Bei der Deutschen Post ist der Kompromiss auf wenig Begeisterung gestoßen. Für die neuen EU-Mitgliedstaaten sei die Übergangsregelung in Ordnung, sagt Konzernsprecher Dirk Klaasen. In den alten 15 EU-Mitgliedstaaten würden jedoch die Länder bestraft, "die ihre Hausaufgaben gemacht haben". In der Bonner Konzernzentrale hätte man sich gewünscht, dass die Monopole früher abgeschafft werden. Die Reziprozität sei zwar im Prinzip richtig. Ob sie auch in der Praxis für einen "europäischen Gleichklang" bei der Marktöffnung sorge, sei aber noch nicht ausgemacht. Für den gelben Riesen gibt es auf den Märkten, die ihm durch die Verzögerung der Liberalisierung erst einmal verschlossen bleiben, mehr zu gewinnen als er auf seinem Heimatmarkt zu verlieren hat.

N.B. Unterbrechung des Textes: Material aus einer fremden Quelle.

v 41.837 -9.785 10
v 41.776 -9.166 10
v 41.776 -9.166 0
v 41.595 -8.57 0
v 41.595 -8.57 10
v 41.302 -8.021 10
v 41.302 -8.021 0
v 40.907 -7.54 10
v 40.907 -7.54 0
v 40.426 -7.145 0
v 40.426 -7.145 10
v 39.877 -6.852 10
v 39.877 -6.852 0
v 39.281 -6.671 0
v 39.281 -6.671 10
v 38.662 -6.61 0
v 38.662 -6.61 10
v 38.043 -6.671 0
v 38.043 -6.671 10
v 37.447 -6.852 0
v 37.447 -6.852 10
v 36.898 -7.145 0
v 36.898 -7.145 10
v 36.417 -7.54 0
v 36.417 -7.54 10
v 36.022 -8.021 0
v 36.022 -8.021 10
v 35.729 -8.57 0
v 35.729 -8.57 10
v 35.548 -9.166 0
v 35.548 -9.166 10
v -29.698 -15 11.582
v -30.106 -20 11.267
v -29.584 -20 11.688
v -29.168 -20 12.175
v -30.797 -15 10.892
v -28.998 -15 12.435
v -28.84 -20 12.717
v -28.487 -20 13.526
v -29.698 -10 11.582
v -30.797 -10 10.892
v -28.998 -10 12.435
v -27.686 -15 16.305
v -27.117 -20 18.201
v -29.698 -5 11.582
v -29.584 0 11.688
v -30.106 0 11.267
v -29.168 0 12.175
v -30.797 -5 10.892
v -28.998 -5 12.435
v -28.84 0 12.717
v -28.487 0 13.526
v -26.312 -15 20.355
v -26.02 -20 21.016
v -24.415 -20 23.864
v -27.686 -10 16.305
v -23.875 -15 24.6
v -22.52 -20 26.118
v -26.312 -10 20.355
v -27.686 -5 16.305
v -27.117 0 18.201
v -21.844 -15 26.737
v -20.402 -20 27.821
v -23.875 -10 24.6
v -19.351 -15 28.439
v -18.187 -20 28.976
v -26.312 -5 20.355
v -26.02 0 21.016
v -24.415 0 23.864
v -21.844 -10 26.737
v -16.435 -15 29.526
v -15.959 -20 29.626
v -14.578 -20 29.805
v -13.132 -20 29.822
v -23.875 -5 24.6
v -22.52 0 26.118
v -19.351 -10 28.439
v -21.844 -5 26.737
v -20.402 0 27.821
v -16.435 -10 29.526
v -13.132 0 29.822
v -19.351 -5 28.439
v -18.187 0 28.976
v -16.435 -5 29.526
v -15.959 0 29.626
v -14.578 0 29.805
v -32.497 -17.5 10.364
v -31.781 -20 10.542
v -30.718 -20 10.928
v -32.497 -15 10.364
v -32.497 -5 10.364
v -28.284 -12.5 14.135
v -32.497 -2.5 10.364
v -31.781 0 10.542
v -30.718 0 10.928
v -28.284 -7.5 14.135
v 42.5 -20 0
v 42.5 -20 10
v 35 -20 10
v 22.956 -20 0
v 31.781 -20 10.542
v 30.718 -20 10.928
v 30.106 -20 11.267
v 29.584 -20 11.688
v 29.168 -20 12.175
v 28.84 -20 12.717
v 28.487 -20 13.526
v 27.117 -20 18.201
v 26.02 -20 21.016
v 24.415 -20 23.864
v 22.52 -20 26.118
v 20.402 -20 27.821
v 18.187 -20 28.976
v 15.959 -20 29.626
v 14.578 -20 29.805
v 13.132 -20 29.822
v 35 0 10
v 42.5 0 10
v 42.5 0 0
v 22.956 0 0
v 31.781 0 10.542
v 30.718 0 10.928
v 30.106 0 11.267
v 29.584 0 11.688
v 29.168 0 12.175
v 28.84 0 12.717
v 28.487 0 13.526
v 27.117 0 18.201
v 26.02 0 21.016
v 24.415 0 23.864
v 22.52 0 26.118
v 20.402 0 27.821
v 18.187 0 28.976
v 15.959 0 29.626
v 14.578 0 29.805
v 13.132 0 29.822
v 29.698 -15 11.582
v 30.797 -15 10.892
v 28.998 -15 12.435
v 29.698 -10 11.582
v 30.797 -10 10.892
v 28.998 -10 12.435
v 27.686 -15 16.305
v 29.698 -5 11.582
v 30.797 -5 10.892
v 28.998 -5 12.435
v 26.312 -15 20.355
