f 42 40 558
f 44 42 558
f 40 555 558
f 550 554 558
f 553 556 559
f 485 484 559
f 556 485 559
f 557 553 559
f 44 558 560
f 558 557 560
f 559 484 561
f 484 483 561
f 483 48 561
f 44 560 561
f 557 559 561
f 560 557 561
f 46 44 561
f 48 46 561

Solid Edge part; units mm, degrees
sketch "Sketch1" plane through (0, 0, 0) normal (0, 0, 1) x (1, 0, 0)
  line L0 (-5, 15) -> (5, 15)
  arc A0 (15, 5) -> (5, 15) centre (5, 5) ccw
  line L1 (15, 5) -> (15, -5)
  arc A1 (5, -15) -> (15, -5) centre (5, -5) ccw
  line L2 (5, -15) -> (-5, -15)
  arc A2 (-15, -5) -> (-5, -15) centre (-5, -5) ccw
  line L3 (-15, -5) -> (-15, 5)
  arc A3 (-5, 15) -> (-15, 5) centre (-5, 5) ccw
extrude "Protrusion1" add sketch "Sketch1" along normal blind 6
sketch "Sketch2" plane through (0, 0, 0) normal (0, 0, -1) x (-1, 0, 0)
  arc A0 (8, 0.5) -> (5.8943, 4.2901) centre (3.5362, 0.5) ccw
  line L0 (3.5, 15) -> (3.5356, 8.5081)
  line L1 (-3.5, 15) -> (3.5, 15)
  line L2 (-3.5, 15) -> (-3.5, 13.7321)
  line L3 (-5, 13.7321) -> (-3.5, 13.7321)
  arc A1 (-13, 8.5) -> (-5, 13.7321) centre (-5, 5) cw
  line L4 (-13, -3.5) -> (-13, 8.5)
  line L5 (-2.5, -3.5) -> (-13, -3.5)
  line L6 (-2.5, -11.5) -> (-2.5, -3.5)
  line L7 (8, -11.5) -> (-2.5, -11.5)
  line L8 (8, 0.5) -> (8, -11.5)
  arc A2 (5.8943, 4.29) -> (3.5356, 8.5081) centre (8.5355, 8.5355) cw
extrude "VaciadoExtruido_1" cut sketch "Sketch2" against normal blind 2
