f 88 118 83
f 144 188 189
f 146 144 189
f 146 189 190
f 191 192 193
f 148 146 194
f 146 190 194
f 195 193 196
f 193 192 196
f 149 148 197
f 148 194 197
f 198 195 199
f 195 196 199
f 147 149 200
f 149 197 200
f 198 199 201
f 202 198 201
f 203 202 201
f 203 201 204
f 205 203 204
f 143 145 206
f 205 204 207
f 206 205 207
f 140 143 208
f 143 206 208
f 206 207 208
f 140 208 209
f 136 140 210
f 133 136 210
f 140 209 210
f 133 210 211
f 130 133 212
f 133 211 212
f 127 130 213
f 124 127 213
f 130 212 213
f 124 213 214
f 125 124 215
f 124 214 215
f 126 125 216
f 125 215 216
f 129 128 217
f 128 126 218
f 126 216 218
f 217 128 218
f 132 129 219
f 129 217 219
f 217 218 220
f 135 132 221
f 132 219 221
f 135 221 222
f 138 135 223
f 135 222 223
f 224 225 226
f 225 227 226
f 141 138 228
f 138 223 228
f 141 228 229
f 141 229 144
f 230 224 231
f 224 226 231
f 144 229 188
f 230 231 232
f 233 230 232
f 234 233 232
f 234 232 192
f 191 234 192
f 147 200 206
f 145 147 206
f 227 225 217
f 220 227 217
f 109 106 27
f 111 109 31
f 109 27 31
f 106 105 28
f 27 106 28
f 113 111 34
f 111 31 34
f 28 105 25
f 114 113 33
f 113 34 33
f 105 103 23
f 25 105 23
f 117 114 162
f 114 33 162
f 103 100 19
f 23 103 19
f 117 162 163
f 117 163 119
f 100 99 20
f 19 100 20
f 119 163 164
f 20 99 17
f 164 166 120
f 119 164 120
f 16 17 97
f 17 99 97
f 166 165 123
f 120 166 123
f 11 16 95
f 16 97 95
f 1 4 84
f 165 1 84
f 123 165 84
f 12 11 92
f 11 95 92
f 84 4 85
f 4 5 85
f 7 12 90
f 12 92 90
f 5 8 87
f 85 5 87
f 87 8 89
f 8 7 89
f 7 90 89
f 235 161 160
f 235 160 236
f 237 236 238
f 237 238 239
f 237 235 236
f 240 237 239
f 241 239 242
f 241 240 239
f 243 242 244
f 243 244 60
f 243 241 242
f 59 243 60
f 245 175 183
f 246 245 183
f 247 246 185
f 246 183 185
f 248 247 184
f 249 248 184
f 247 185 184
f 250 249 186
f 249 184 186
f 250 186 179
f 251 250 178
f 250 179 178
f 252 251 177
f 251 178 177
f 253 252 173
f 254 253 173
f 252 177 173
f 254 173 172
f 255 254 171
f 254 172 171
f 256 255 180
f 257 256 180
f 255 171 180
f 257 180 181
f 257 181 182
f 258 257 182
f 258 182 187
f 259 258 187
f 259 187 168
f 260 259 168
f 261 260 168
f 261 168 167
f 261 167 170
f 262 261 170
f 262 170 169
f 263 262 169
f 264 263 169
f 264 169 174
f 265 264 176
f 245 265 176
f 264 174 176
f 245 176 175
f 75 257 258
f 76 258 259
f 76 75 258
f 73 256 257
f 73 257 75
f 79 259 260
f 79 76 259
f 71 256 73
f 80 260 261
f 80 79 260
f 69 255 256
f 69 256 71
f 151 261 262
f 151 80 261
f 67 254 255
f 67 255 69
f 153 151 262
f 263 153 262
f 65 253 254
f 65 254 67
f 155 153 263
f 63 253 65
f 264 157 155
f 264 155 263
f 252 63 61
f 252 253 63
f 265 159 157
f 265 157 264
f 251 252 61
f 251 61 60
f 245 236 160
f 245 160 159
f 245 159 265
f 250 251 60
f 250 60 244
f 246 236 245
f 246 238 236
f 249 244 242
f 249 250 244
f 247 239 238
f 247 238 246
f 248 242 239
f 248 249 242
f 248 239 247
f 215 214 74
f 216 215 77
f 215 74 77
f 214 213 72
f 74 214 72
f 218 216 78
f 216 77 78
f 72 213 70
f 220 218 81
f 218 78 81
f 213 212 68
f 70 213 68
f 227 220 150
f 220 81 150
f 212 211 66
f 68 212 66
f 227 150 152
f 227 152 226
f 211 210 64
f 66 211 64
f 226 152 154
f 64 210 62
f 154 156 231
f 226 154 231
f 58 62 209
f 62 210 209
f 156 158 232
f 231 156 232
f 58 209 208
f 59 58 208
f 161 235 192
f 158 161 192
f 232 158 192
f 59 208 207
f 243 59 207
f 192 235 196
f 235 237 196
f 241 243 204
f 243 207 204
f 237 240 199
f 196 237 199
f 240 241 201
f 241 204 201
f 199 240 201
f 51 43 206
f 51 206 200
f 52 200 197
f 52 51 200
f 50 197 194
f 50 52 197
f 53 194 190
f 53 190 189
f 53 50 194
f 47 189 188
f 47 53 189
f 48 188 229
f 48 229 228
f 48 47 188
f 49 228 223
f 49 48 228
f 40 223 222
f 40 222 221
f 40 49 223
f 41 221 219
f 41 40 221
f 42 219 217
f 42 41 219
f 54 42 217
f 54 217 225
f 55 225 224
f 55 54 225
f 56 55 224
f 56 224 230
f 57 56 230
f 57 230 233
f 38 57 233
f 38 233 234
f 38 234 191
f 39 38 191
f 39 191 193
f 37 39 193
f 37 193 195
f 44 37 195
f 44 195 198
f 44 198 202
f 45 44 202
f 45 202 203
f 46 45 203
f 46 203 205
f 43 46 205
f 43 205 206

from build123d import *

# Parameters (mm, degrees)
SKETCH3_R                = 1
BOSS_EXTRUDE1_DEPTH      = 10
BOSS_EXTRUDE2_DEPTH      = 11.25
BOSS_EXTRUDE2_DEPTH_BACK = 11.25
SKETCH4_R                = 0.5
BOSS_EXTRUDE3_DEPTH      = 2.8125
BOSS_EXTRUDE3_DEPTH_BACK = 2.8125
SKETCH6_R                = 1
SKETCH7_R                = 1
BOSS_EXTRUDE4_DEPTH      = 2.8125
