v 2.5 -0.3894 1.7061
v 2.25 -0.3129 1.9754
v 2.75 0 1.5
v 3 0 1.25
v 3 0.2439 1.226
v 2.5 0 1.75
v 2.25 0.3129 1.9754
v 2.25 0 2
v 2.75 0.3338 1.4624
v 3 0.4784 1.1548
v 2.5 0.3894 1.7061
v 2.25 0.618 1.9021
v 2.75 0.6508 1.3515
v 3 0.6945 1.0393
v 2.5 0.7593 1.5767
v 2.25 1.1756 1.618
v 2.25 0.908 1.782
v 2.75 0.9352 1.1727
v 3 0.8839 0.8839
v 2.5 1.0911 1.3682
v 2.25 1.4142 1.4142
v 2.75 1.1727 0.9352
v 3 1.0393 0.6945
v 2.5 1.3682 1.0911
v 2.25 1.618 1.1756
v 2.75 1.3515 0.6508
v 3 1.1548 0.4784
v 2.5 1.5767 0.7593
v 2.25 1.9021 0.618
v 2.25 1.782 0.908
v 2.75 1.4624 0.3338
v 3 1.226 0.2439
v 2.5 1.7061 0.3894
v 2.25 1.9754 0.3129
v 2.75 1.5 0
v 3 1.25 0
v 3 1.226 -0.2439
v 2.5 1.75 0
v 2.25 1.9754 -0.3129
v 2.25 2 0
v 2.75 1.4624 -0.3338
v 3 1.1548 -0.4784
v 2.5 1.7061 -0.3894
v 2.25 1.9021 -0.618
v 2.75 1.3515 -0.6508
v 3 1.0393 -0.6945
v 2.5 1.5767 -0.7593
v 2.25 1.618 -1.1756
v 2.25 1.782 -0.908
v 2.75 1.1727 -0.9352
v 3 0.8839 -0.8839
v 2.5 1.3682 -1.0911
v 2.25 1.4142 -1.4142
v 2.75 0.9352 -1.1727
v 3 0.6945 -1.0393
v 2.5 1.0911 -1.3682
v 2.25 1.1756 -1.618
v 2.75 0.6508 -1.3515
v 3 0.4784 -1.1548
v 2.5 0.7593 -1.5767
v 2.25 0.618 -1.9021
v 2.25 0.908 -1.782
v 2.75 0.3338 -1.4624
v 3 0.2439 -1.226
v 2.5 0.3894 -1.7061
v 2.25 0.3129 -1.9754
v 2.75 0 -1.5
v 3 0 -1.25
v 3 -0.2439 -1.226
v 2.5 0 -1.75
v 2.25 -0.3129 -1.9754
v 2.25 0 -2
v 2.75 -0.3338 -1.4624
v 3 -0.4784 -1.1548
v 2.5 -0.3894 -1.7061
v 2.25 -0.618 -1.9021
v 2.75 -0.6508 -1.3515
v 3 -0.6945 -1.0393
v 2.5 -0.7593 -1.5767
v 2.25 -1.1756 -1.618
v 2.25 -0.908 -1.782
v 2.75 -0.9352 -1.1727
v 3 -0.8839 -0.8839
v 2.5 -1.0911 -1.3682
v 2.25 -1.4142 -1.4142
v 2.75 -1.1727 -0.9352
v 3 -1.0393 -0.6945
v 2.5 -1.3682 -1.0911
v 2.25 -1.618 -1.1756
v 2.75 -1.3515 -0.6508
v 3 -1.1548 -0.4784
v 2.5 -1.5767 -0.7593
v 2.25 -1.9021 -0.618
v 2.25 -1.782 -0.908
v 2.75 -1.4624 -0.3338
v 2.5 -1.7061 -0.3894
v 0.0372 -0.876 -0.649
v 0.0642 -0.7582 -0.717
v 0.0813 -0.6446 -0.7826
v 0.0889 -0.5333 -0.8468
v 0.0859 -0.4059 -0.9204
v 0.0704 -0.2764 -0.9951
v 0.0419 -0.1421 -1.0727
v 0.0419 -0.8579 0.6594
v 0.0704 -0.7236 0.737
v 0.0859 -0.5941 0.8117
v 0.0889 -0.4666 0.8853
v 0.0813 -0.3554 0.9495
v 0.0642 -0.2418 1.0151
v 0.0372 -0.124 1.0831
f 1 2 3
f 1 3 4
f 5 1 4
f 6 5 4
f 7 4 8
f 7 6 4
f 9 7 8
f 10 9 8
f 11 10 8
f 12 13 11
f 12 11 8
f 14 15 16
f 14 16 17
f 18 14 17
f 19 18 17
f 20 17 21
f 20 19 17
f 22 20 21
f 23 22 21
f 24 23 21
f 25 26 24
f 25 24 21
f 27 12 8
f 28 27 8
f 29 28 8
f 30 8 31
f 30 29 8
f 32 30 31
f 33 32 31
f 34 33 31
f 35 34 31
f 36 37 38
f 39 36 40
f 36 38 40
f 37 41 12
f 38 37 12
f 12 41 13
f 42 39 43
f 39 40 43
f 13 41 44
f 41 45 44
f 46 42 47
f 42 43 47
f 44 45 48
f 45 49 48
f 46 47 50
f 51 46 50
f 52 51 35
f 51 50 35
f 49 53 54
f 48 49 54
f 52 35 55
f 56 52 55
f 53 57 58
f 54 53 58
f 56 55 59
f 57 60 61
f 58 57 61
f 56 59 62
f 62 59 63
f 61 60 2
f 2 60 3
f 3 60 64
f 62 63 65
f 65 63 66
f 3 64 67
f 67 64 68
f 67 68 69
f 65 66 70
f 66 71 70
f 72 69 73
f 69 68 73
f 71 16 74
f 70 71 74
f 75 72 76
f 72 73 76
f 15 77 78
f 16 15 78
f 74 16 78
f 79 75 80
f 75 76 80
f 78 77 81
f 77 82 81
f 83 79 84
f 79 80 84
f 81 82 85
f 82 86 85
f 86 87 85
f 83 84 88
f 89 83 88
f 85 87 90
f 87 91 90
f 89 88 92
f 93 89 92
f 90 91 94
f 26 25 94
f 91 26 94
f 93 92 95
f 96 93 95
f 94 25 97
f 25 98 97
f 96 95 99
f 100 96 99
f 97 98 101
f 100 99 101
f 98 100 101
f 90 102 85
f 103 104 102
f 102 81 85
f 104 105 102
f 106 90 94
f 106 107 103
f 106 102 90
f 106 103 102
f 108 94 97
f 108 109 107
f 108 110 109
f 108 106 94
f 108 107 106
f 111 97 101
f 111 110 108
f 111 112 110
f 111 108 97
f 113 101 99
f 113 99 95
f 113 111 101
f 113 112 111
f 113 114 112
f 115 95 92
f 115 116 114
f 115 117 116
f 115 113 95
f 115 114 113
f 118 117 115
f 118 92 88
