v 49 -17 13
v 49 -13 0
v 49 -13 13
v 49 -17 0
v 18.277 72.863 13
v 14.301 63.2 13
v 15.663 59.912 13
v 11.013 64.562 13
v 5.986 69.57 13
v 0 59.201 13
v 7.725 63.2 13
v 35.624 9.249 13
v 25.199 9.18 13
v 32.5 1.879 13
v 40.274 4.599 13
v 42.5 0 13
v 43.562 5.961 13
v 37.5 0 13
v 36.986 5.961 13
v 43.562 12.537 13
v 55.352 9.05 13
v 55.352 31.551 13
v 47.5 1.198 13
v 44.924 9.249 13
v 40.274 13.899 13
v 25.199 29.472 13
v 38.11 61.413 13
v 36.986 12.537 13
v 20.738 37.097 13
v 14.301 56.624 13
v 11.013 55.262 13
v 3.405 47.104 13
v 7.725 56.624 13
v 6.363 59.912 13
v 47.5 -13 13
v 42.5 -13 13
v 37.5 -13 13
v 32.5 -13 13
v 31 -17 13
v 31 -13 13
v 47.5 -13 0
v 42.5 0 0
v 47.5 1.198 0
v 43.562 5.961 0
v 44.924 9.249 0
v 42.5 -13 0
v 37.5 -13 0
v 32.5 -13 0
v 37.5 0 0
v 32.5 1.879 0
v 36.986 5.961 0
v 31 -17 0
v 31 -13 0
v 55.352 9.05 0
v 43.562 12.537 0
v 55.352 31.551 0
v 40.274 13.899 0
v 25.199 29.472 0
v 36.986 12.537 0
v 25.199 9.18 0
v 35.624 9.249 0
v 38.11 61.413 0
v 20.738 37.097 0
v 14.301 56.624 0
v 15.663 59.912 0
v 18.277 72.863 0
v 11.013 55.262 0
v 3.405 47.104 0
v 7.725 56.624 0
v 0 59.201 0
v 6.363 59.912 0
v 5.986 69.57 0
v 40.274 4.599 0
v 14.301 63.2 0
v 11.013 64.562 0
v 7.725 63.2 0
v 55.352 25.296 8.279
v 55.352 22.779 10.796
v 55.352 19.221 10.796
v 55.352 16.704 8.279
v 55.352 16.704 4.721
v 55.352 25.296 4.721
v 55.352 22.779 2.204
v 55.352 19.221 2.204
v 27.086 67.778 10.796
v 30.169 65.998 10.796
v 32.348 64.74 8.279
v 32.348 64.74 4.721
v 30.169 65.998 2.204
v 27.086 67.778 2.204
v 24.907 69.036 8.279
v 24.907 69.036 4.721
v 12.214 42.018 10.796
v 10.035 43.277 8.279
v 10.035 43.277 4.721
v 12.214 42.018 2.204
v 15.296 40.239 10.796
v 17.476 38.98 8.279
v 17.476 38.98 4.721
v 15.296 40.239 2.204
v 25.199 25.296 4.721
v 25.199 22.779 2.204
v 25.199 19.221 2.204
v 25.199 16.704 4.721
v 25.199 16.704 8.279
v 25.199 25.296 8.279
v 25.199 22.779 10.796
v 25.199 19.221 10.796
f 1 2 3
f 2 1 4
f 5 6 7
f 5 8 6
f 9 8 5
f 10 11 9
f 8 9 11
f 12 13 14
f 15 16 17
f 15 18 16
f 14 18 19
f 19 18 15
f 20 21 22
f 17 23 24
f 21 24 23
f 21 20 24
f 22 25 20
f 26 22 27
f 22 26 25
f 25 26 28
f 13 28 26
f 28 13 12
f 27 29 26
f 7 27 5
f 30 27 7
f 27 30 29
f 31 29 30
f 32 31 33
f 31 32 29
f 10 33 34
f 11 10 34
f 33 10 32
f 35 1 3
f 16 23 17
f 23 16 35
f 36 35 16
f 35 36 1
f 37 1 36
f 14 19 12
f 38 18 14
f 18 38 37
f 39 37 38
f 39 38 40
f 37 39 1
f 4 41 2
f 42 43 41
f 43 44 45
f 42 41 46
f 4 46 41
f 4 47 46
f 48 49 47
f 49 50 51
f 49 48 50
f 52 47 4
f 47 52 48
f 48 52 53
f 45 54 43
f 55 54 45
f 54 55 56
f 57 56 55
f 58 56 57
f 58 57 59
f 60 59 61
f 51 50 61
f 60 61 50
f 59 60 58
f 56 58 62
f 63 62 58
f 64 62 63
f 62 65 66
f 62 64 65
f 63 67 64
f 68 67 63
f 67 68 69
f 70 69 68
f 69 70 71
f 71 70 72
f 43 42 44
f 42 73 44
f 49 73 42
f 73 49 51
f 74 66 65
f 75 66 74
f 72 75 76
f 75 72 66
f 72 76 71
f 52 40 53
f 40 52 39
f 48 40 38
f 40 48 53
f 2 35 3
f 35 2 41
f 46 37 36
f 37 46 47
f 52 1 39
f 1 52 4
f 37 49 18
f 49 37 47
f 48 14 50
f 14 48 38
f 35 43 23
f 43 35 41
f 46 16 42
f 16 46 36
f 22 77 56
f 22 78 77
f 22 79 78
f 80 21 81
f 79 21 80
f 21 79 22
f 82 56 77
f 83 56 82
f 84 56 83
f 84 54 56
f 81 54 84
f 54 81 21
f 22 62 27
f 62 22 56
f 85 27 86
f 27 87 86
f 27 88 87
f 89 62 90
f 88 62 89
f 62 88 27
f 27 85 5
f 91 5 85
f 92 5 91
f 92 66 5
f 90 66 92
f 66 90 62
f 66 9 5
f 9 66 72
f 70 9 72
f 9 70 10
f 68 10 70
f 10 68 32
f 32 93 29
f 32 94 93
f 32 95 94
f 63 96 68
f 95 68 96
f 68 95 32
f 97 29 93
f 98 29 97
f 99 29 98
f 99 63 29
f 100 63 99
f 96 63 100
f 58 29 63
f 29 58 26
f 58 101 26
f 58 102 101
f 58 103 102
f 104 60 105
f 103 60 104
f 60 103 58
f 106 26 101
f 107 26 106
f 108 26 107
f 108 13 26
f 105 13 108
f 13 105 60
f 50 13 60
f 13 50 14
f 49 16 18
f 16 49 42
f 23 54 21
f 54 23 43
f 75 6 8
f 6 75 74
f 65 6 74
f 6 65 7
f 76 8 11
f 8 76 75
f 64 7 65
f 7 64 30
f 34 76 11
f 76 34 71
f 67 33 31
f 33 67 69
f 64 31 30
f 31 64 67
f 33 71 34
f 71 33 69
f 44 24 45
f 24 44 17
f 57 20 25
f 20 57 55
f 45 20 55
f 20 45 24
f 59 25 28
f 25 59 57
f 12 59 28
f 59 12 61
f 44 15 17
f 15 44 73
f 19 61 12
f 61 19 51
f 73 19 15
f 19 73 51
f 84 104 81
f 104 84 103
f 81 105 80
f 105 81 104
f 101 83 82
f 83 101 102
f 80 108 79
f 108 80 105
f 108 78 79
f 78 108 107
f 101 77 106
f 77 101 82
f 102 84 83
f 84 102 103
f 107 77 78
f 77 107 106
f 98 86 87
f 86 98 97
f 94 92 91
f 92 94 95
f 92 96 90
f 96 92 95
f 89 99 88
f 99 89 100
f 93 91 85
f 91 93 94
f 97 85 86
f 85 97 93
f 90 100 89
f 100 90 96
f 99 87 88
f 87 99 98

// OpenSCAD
// Parametric Frame Vertex by Tonokip
// 2009.02.08
// Vertex Body derived from: frame-vertex_6off.aoi::body - edges
// http://reprap.svn.sourceforge.net/viewvc/reprap/trunk/mendel/mechanics/solid-models/cartesian-robot-m4/printed-parts/
// Fixed body geometry flaw per http://dev.forums.reprap.org/read.php?1,30132,30398
// License GNU GPL v2 or newer.

M3=4.3; 
M8=9.3;
vertex_height=13;
with_foot=1;		// Comment out for no foot.

FN=8;

translate ([0,0,vertex_height/2])difference() 
{
	union () {
		dxf_linear_extrude(file = "vertex-body-fixed-qcad.dxf",height=vertex_height,center=true);
		//import_stl("vertex-body-fixed.stl");
		if (with_foot==1) {
			translate([40,-15,0]) vertex_foot();
		}
	}

	translate([11.013,59.912]) zhole(M8); 
	//translate([35.013,39.999,0]) zhole(M8); 
	translate([40.274,9.249,0]) zhole(M8); 
	//translate([40.217,30.992]) zhole(M3); 
	//translate([29.829,48.986]) zhole(M3); 
	translate([0,21,0]) 
		xteardrop(M8,200);
	translate([13.687,41.010,0]) rotate(a=60,v=[0,0,1])
		xteardrop(M8,200);
}


module zhole(diameter) cylinder(h=100,r=(diameter/2),center=true,$fn=FN); 

module xteardrop(diameter,length) rotate(a=-90,v=[0,1,0]) rotate(a=-90,v=[0,0,1]) zteardrop(diameter,length);

module yteardrop(diameter,length) rotate(a=90,v=[1,0,0]) zteardrop(diameter,length);

module zteardrop(diameter,height)
{
	rotate(a=0, v=[0,0,1]) union()
	{
		//translate([0,0,-height/2]) cube(size=[diameter/2,diameter/2,height],center=false);
		rotate(a=22.5, v=[0,0,1])cylinder(r=diameter/2, h = height,center=true,$fn=FN);
	}
}

module vertex_foot() {
	difference () {
		union () {
			cube([18,4,vertex_height],center=true);
			translate ([-5,8,0]) cube([5,18,vertex_height],center=true);
			translate ([5,9,0]) cube([5,18,vertex_height],center=true);
		}
		//translate ([0,8,0]) xteardrop(7,200);
	}
}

Bei der Abstimmung im Europaparlament Mitte Juli wird mit einer breiten Mehrheit für den Vorschlag des deutschen Berichterstatters gerechnet. Das Parlament erhöht damit den Druck auf den Ministerrat, zu einer Einigung zu kommen. Die deutsche Ratspräsidentschaft hat die Voraussetzungen dafür verbessert.
In den letzten Monaten haben sich die Mitgliedstaaten über eine Reihe von Punkten bereits verständigt: Die Zulassung von Postunternehmen, die Grundsätze der Tarifgestaltung, den Zugang zu den Netzen anderer Anbieter oder die Aufgaben der Regulierungsbehörden sind kaum noch stritig. Einig ist man sich auch darüber, das Postmonopol abzuschaffen und den Universaldienst im bisherigen Umfang aufrechtzuerhalten. Die portugiesische Präsidentschaft ist nach der Sommerpause dann allerdings gefragt, eine Lösung für die Finanzierung des Universaldienstes finden, die für alle akzeptabel ist.